(Saved data entries)
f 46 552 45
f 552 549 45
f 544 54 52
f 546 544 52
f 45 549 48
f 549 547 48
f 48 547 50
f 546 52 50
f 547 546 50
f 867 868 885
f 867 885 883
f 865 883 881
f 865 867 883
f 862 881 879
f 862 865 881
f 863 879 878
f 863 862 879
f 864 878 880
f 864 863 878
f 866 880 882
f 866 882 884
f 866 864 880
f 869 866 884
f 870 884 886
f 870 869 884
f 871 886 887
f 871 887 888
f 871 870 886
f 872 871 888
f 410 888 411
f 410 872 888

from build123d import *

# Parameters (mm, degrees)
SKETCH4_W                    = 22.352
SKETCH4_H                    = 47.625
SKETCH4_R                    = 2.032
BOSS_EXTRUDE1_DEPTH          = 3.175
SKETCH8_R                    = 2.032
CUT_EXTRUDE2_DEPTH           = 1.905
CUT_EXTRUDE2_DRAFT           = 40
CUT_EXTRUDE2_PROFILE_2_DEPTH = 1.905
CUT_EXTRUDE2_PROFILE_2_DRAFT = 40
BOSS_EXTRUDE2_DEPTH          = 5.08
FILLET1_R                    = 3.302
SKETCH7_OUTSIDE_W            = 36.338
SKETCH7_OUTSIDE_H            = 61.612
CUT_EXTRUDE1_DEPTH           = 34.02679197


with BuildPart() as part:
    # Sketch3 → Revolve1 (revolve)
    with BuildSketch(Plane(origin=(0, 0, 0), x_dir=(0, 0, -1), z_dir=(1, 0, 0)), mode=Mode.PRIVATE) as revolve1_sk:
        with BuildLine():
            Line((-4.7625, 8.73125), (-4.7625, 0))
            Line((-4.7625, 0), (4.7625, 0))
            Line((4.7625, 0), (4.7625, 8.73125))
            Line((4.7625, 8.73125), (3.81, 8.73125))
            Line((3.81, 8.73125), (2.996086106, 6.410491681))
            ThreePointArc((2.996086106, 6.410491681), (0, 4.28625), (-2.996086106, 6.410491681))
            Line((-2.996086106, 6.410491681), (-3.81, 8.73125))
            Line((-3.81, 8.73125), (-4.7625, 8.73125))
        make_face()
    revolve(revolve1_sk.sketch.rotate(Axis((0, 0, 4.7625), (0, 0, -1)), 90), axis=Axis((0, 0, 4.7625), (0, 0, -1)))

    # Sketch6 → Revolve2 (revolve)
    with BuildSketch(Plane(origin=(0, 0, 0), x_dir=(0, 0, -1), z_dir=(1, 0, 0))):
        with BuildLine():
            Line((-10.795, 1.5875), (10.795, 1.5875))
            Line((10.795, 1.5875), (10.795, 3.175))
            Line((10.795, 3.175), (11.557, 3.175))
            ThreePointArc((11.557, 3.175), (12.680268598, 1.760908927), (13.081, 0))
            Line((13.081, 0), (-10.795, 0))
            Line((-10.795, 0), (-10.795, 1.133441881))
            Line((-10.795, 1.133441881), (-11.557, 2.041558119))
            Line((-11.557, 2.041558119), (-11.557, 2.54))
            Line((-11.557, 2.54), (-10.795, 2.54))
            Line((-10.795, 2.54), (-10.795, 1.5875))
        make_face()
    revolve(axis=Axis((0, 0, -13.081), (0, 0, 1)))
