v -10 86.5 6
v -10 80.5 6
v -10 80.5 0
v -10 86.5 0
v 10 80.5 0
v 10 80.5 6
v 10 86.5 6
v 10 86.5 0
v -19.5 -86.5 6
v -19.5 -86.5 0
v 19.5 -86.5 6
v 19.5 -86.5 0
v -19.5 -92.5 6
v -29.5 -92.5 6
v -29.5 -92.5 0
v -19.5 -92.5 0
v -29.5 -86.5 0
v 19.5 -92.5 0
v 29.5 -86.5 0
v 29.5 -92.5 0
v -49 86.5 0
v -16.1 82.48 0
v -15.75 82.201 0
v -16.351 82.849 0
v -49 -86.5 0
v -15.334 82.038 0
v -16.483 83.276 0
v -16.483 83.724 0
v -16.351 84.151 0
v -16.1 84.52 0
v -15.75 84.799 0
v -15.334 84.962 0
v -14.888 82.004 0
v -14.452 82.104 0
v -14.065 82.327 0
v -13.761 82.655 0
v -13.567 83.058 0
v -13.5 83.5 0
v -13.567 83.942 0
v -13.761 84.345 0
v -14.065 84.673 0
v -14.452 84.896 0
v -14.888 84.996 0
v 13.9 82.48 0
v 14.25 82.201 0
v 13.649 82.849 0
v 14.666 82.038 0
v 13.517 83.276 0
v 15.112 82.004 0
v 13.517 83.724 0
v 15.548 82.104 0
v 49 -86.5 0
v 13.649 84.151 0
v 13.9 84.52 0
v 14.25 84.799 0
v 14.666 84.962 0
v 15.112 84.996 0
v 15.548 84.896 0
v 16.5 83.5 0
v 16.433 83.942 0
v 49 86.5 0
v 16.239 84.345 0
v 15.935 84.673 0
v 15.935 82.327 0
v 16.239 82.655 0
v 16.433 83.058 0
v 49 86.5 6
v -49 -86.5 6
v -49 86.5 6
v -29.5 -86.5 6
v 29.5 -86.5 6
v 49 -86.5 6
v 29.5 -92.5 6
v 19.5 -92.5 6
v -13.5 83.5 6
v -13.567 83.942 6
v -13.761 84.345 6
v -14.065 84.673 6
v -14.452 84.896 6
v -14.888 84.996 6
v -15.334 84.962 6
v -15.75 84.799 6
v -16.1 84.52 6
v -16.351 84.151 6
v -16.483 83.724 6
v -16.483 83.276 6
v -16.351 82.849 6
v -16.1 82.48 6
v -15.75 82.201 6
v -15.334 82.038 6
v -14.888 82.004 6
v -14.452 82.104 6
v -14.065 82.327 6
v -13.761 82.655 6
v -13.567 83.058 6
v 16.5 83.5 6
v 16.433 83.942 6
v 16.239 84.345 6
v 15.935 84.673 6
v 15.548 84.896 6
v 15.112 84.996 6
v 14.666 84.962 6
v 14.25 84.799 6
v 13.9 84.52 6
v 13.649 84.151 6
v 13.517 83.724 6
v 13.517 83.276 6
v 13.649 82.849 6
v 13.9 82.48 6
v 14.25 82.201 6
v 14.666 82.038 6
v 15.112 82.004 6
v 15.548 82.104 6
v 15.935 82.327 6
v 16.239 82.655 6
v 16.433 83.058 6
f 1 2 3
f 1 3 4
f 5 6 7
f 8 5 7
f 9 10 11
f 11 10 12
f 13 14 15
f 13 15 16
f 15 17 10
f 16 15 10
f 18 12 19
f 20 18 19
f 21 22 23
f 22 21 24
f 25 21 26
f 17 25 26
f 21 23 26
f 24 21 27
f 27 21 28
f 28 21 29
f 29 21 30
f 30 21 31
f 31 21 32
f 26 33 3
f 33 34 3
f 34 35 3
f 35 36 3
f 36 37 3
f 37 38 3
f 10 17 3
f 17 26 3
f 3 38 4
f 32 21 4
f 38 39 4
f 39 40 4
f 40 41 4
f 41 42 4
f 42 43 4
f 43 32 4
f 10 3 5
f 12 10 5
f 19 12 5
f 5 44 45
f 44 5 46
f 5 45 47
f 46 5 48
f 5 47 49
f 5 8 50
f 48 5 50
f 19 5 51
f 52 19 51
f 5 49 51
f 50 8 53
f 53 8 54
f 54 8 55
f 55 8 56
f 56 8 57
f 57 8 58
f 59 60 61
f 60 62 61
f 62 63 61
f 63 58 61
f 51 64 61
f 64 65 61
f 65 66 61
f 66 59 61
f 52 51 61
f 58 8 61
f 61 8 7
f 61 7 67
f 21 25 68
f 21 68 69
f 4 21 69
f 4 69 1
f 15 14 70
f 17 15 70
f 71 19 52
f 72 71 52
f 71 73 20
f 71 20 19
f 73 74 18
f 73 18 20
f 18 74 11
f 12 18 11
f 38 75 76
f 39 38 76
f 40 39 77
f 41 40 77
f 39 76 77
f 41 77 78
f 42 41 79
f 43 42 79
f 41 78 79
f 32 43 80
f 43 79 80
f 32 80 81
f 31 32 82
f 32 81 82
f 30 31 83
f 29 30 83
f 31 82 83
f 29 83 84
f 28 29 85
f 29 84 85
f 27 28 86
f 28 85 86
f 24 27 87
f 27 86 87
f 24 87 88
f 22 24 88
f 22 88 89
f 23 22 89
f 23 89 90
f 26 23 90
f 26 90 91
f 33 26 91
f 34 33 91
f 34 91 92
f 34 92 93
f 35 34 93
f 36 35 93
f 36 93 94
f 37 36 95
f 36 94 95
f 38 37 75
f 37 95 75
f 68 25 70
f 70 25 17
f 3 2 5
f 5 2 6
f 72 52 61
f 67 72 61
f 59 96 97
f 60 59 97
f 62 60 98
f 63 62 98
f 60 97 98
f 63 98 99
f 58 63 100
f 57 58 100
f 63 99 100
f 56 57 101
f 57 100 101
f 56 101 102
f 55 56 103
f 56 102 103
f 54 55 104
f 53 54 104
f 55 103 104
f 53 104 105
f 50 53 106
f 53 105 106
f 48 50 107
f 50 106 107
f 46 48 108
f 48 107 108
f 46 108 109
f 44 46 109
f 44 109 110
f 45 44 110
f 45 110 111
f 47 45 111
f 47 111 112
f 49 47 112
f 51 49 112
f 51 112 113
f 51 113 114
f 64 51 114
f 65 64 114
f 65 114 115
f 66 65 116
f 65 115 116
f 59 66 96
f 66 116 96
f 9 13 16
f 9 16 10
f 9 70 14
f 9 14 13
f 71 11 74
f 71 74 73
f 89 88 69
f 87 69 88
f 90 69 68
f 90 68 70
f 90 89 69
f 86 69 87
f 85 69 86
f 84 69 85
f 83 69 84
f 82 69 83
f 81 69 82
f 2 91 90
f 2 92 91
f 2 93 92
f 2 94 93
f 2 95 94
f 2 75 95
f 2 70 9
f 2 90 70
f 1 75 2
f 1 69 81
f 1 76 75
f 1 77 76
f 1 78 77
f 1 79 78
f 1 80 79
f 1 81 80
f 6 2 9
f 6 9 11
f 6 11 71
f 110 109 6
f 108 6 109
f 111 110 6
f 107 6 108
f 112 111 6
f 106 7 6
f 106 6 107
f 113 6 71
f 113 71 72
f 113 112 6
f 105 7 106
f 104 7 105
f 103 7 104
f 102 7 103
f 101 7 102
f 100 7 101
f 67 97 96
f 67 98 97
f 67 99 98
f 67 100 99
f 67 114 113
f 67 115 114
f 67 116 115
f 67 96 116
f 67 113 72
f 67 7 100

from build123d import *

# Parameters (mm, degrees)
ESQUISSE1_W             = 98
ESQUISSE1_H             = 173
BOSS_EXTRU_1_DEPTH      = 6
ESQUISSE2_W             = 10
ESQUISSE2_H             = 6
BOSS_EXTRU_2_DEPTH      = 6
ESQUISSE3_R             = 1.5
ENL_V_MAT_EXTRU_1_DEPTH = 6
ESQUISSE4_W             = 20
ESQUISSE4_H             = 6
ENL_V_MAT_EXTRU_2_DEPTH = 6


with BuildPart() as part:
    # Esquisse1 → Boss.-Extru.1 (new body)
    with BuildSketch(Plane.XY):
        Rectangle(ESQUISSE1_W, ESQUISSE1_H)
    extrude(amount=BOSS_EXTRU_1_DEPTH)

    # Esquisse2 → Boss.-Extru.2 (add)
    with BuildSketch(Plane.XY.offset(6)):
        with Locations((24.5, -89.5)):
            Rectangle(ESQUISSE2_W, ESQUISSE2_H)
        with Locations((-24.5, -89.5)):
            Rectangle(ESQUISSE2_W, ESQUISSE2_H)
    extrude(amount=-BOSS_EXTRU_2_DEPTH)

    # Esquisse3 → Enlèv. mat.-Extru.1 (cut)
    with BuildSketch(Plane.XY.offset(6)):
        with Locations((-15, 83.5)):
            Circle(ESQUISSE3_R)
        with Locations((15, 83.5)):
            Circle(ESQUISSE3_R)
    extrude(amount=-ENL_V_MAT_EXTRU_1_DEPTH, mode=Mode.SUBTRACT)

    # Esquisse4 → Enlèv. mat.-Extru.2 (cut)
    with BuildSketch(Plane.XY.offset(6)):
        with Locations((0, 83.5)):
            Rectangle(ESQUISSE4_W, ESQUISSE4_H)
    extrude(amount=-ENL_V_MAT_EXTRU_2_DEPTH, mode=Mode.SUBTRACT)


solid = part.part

---

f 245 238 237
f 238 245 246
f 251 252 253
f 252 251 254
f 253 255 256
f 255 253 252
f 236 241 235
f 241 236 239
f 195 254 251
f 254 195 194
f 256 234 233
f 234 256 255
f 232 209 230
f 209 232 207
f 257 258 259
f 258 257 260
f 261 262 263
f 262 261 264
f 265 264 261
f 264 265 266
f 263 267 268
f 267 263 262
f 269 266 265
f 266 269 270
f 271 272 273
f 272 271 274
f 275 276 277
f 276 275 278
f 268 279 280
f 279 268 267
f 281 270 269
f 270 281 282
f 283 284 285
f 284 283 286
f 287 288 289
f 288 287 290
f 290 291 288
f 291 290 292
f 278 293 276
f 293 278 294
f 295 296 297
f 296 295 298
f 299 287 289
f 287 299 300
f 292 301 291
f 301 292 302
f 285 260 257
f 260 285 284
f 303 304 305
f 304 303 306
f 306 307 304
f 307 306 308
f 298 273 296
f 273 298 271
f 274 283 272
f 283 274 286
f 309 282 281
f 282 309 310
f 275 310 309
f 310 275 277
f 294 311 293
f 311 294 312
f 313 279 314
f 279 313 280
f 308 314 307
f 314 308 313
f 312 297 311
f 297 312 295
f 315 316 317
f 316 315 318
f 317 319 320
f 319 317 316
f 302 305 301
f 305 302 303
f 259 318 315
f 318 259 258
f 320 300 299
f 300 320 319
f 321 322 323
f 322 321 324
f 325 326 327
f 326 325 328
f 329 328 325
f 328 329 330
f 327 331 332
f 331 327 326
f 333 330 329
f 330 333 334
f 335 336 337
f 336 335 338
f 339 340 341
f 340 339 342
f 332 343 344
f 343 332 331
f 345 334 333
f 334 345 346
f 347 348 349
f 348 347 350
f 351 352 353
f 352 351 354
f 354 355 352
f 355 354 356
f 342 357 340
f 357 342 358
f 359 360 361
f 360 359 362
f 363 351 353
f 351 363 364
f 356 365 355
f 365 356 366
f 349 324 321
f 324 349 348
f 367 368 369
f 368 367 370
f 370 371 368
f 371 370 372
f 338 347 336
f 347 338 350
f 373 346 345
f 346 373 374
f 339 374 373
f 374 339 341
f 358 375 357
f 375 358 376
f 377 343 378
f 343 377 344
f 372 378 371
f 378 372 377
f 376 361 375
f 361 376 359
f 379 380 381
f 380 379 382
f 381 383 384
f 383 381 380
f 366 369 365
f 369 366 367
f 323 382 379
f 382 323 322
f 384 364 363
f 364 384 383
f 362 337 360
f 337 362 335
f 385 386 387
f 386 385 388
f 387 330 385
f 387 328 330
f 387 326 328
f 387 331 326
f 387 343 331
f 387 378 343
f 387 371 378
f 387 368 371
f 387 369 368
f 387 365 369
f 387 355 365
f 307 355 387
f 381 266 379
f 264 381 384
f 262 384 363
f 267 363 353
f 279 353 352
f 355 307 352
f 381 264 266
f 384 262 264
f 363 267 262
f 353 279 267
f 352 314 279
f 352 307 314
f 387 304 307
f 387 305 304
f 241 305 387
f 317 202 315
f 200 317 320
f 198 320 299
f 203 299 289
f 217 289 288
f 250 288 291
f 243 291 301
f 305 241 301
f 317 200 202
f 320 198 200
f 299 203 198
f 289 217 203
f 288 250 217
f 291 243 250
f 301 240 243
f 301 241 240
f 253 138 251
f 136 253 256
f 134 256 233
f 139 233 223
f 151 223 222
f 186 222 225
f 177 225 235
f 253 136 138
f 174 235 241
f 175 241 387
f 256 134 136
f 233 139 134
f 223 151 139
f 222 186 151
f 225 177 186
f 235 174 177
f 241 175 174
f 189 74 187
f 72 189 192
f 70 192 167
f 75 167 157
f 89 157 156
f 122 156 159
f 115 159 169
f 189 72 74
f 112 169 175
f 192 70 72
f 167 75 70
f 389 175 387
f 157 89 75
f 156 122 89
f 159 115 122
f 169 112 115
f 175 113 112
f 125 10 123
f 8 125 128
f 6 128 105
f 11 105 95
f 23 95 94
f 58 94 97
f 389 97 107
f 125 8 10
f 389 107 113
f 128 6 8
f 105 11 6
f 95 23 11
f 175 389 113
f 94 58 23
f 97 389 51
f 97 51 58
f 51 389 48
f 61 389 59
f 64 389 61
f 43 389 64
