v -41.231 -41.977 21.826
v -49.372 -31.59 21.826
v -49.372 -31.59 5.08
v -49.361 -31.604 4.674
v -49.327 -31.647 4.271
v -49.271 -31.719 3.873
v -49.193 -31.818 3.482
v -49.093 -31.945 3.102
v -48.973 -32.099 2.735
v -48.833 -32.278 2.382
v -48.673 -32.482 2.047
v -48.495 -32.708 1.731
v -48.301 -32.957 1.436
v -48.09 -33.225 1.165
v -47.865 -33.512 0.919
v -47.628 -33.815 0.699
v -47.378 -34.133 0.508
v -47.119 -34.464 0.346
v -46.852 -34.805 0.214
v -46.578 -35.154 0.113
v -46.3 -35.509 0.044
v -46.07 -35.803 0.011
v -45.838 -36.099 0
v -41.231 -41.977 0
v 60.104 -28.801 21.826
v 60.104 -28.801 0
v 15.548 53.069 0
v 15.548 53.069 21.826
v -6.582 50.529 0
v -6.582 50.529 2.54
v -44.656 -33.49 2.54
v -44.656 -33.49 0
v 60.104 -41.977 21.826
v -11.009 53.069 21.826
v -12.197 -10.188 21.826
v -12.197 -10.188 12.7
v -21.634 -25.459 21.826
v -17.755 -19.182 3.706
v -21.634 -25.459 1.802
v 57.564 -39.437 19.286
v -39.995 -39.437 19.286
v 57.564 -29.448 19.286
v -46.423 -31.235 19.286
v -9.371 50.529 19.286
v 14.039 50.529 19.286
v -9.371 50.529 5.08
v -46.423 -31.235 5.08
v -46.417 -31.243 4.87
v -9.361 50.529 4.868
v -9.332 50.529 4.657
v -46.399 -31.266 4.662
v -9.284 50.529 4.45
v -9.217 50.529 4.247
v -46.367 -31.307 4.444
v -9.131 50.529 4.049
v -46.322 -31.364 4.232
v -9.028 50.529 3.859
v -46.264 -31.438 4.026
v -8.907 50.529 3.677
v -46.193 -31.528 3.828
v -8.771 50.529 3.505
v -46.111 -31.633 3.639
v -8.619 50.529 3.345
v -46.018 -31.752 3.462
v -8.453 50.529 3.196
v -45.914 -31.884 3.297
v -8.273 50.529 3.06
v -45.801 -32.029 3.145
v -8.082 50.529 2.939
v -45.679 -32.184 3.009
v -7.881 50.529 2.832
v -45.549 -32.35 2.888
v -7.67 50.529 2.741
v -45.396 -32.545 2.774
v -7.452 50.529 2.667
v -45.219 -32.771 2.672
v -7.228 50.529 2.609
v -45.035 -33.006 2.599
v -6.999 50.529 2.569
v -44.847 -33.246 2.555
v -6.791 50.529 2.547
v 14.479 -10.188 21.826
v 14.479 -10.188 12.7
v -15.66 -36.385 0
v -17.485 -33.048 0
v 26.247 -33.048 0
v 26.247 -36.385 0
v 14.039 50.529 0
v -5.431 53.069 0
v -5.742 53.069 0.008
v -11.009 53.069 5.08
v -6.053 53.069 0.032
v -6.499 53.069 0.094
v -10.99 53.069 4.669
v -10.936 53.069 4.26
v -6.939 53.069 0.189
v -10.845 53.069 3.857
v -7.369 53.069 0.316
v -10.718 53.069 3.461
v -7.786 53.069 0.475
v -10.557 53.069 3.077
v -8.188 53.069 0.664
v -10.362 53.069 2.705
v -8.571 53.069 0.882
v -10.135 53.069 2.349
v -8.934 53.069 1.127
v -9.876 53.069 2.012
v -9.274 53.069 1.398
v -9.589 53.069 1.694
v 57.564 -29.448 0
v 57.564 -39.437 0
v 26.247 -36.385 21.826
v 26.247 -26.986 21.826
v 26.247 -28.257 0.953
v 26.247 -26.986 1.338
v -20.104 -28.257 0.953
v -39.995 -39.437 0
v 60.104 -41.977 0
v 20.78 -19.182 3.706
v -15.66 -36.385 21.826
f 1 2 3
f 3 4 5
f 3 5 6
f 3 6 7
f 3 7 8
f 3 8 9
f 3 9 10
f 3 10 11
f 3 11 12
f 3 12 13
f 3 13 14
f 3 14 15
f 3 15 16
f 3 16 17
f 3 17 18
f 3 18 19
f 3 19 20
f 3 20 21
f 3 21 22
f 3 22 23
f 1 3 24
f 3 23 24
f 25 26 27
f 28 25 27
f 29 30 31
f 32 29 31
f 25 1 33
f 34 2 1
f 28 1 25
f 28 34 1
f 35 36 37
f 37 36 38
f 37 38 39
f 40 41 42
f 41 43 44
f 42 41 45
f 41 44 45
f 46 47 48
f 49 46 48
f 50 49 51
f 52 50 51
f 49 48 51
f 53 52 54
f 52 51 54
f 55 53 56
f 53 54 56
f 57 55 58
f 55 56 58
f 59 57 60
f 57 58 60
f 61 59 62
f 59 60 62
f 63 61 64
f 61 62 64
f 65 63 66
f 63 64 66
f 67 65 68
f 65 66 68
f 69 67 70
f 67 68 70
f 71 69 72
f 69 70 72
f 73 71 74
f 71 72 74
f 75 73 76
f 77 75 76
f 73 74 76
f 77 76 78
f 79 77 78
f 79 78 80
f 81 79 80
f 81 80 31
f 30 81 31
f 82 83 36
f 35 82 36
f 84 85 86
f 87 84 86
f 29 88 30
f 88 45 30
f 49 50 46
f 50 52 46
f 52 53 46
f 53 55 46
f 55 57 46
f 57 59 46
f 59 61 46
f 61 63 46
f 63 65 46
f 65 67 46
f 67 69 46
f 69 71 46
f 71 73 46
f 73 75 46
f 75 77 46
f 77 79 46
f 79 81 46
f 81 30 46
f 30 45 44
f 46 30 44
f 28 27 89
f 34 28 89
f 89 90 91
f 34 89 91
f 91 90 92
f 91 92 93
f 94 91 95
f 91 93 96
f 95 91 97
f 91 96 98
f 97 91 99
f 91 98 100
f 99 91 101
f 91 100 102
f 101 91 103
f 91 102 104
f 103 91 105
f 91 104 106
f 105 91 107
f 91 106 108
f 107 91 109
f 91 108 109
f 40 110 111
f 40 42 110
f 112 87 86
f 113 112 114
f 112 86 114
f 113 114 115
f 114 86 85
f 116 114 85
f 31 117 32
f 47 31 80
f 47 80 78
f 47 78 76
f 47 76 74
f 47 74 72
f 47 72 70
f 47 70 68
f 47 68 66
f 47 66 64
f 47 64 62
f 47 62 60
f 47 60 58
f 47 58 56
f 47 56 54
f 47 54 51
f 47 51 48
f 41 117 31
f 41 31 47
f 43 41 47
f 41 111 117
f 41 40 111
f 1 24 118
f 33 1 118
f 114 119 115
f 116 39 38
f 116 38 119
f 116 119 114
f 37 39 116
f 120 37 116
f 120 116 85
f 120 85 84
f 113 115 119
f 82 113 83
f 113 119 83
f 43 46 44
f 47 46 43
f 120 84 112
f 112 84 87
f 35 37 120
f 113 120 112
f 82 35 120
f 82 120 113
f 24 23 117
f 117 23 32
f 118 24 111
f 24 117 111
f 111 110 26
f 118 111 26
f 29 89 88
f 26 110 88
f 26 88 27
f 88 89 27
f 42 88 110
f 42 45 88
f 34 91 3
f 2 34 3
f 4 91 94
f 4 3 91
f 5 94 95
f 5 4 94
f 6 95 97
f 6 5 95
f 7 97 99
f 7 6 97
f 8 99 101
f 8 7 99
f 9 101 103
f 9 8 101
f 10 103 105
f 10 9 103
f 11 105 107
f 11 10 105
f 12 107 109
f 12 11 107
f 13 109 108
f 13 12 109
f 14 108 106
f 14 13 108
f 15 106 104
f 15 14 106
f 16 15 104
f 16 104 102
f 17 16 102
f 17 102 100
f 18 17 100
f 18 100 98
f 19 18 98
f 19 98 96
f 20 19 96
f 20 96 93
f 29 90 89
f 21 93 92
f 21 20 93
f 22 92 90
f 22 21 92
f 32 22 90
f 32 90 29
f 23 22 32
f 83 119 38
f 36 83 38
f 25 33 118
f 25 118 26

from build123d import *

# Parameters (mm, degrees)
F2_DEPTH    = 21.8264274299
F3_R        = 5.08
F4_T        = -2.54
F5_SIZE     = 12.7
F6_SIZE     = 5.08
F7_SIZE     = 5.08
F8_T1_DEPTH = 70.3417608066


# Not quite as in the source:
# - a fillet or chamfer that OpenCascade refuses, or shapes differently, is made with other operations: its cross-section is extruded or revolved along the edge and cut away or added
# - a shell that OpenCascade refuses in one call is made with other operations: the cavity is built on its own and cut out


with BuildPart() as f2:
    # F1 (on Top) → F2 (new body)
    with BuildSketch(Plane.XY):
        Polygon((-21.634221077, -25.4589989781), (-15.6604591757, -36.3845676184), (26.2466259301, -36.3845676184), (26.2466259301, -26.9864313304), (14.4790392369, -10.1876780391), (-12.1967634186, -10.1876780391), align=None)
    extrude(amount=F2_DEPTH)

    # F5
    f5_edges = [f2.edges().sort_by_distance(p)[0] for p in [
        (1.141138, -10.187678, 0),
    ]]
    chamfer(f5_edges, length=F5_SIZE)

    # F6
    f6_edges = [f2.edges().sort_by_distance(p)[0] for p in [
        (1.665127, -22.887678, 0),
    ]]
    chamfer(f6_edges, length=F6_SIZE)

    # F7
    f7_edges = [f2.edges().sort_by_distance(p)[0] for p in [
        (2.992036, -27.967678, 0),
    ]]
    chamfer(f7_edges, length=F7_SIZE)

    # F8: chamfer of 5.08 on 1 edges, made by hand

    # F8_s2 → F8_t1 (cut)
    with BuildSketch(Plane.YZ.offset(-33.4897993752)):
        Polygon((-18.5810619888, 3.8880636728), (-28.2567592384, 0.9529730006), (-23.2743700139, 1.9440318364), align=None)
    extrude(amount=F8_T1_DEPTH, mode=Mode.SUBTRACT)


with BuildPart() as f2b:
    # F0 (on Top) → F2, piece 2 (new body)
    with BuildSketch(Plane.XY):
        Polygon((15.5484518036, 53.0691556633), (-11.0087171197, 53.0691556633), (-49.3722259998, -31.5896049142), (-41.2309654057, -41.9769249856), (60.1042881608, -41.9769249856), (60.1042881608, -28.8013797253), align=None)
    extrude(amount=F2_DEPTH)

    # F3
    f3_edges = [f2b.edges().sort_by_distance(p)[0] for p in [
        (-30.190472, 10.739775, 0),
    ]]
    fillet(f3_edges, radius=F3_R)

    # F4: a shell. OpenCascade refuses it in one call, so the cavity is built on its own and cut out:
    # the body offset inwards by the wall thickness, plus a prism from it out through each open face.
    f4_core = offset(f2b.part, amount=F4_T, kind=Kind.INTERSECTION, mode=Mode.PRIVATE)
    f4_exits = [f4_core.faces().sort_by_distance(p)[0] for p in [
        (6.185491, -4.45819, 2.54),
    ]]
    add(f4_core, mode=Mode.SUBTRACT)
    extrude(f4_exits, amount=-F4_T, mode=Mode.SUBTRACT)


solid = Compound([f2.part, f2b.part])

Work to be completed -
Retype the entries above exactly, but only from the line containing "f 46 552 45" through the line containing "f 870 884 886", both included.

Finished task -
f 46 552 45
f 552 549 45
f 544 54 52
f 546 544 52
f 45 549 48
f 549 547 48
f 48 547 50
f 546 52 50
f 547 546 50
f 867 868 885
f 867 885 883
f 865 883 881
f 865 867 883
f 862 881 879
f 862 865 881
f 863 879 878
f 863 862 879
f 864 878 880
f 864 863 878
f 866 880 882
f 866 882 884
f 866 864 880
f 869 866 884
f 870 884 886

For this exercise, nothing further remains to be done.